I find myself chasing memories. As if playing hide and seek. I am always the seeker. I don’t get to hide.
I imagine these memories floating around in my head like some amorphous nebula. Most of it is a blur, speeding by as I try and pluck something into stillness.
Actively trying to remember works sometimes. It seems like more and more a struggle as time passes. Sometimes I’m left with just memories of memories. I remember having remembered it, but I can’t reach it now. Is it gone forever?
Other times some adjacent memories will return with no warning. I was reaching for something else and now I have this one. I wonder what to do with it. Once I let it go now I wonder if it’ll ever return. I wonder how true it is. Maybe I’ve revised it over time to be something more suitable to who I am now.
Right now, for no particular reason, I’m trying to remember two names. Friends from high school who I haven’t seen since. I remember some vague specifics, but not their names.

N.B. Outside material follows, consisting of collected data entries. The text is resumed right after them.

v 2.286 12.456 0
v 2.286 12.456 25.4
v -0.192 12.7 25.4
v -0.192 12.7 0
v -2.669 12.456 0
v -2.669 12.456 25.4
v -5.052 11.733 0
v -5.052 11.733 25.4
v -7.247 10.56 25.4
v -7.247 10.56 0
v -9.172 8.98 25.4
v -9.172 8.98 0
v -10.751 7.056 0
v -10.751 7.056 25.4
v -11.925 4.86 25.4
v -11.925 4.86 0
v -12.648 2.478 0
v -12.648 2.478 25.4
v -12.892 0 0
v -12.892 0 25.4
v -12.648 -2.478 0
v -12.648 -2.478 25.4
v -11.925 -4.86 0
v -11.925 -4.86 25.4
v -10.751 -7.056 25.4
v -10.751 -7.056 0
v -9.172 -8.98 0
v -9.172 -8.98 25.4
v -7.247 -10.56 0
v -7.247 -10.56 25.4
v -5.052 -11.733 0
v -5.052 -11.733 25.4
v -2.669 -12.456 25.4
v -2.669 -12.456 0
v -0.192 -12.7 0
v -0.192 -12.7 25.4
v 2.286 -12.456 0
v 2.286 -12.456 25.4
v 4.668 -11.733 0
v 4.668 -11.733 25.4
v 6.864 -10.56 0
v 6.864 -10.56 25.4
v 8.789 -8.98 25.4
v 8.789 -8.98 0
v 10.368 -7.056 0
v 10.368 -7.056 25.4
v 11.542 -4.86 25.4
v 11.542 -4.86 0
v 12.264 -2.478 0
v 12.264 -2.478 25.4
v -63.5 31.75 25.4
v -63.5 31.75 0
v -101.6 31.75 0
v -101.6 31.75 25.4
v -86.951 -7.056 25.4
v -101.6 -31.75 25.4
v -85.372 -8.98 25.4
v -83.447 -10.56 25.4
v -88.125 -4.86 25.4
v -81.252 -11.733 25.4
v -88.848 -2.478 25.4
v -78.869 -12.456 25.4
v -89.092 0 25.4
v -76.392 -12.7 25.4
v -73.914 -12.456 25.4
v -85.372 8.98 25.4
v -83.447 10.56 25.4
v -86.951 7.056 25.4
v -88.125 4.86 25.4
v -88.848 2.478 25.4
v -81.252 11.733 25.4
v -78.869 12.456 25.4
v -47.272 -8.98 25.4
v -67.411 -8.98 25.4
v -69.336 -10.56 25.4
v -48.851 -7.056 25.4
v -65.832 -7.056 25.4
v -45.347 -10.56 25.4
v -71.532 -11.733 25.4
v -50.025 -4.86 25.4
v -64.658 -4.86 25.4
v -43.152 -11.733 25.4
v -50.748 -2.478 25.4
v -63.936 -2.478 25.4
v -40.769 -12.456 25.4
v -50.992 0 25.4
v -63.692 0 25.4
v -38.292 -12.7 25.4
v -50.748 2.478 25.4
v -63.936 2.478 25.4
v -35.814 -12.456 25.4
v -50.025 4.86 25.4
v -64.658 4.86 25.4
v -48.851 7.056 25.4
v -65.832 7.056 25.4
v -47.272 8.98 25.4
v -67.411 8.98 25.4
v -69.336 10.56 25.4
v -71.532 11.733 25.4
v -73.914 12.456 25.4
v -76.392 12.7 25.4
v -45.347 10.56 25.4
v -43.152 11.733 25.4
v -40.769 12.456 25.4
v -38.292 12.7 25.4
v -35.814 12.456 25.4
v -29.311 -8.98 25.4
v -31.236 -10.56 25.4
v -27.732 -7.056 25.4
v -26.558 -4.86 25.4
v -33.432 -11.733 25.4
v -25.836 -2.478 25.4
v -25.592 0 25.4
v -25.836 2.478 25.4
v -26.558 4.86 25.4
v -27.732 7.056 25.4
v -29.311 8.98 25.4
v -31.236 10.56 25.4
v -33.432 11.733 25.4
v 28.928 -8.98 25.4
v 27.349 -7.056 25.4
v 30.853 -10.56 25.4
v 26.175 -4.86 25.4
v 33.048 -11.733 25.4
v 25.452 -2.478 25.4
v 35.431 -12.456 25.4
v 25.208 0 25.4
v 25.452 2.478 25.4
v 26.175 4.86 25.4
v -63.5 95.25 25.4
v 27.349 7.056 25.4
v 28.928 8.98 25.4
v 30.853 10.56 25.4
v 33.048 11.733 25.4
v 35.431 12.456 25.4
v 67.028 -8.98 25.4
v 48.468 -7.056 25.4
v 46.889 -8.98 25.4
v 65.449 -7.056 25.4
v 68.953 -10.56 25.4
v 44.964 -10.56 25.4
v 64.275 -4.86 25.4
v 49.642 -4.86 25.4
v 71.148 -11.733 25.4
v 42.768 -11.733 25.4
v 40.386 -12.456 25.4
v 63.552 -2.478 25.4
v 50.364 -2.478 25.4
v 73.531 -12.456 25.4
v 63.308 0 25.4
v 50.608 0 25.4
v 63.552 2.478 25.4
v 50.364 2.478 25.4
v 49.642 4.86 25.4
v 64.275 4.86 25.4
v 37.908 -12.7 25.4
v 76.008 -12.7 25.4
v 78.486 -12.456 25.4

One friend was a tall brown boy. He was legally-blind. We’d hangout on and off during lunch breaks and we were in the computer council. This one time I had sprained my ankle playing basketball in gym class. I remember him helping me from the gym to… I don’t remember where. My hand around his shoulder as I was hopped on my good leg. As we passed by the library I remember some kids telling me how silly I looked hopping on one leg. They told me to use the sprained ankle but not put too much weight on it. I remember all this some how – bit and pieces – but I don’t remember his name.
The other friend was a goth-ish white girl. We were just in one or two classes together. English was one of them. We had developed nicknames for each other. We would yell them to each other whenever we saw each other in the hallways. We continued to do this long after we were in classes together. I remember her hair and that nonchalance in the way she walked. But I don’t remember her name, nor the nicknames we had.
Did they even have names? Were we even friends? Did this even happen?
Perhaps I could look them up in a year book. Just that I never bought a year book.
What would I even do with their names?